As one, the entire Elite bowed to her. She nodded back, then said, “Elite Twenty-four and Forty-three—please report for guard duty at the Signet suite. Elite Eighty-one, with me.”
Elite 81, a muscular dark-skinned man named Javier who had served on door guard duty many times, was at her side in moments. “My Lady.”
“I have a human guest in East Wing room seven who needs twenty-four-hour guard. Coordinate with the other door guards to make sure she is never left alone.”
“As you will it, my Lady.”
“Also—grab one of the housekeeping staff and see to it that our guest’s cat has a litter box and they both have food.”
Elite 81 looked a bit bemused at the order but didn’t question it; he set off for Stella’s room without comment.

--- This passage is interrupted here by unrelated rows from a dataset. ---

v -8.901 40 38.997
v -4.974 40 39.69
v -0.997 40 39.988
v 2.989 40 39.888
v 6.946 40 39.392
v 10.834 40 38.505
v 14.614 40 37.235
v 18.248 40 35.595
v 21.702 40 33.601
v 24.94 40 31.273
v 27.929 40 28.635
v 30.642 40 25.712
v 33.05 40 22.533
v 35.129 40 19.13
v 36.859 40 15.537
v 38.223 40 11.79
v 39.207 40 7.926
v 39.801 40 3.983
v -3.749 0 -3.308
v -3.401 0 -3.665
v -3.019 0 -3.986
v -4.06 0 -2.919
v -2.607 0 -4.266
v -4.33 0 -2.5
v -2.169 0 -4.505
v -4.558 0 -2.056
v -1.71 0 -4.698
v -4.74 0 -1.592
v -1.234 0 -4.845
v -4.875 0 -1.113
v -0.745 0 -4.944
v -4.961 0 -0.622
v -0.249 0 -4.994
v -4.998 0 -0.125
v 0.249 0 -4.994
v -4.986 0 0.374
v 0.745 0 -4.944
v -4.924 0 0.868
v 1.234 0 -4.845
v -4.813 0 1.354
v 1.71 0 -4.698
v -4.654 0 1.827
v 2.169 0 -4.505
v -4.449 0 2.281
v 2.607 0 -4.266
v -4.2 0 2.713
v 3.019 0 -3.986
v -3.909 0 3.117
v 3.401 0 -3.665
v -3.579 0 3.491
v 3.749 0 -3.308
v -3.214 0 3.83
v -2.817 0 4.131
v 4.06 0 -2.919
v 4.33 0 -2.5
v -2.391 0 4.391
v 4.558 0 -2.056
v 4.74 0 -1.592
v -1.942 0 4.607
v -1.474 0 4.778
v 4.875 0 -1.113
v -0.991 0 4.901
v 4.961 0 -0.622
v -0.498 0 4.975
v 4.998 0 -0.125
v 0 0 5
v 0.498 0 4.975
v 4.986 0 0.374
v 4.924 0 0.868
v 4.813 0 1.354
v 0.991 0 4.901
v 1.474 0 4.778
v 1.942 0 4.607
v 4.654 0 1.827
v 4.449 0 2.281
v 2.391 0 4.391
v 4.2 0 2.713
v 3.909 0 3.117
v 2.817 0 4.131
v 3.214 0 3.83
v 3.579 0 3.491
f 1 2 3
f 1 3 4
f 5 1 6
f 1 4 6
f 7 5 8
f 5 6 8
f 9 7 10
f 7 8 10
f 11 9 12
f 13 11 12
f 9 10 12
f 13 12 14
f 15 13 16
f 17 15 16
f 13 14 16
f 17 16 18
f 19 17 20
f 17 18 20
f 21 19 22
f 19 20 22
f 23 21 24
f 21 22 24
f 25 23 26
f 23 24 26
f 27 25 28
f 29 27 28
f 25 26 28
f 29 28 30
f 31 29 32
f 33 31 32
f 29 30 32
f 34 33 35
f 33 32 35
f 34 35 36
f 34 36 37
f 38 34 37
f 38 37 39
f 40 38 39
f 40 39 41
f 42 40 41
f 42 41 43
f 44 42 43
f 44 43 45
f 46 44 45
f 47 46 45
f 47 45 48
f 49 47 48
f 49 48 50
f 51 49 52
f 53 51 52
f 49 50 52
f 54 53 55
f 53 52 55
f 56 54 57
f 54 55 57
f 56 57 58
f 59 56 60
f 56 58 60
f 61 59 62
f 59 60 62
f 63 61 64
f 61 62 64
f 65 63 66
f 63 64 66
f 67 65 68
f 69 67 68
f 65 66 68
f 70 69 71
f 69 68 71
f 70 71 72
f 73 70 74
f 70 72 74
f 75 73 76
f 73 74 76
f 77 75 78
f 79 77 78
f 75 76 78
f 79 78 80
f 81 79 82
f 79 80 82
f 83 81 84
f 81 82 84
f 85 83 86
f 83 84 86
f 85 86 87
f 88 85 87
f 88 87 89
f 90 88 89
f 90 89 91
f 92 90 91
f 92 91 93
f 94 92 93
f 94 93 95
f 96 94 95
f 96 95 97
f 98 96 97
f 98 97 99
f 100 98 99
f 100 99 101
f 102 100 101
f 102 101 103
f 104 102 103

“My Lady, as your medic, I must insist you go and get some rest,” came another familiar voice.
Miranda smiled. “Hi, Mo.”
His warm eyes were sympathetic, though his tone was stern. “You will not do much good for anyone if you fall over from exhaustion.”
Miranda looked down at herself. She had taken Stella up on her offer of a new shirt, but the black pullover the Witch had lent her was a little baggy and faded; still it was better than a bloodstained shirt full of arrow holes. Stella had washed Miranda’s jeans, bless her, and by some miracle or magic spell the blood had come out of them almost completely. Miranda was clean, but she still must look a fright.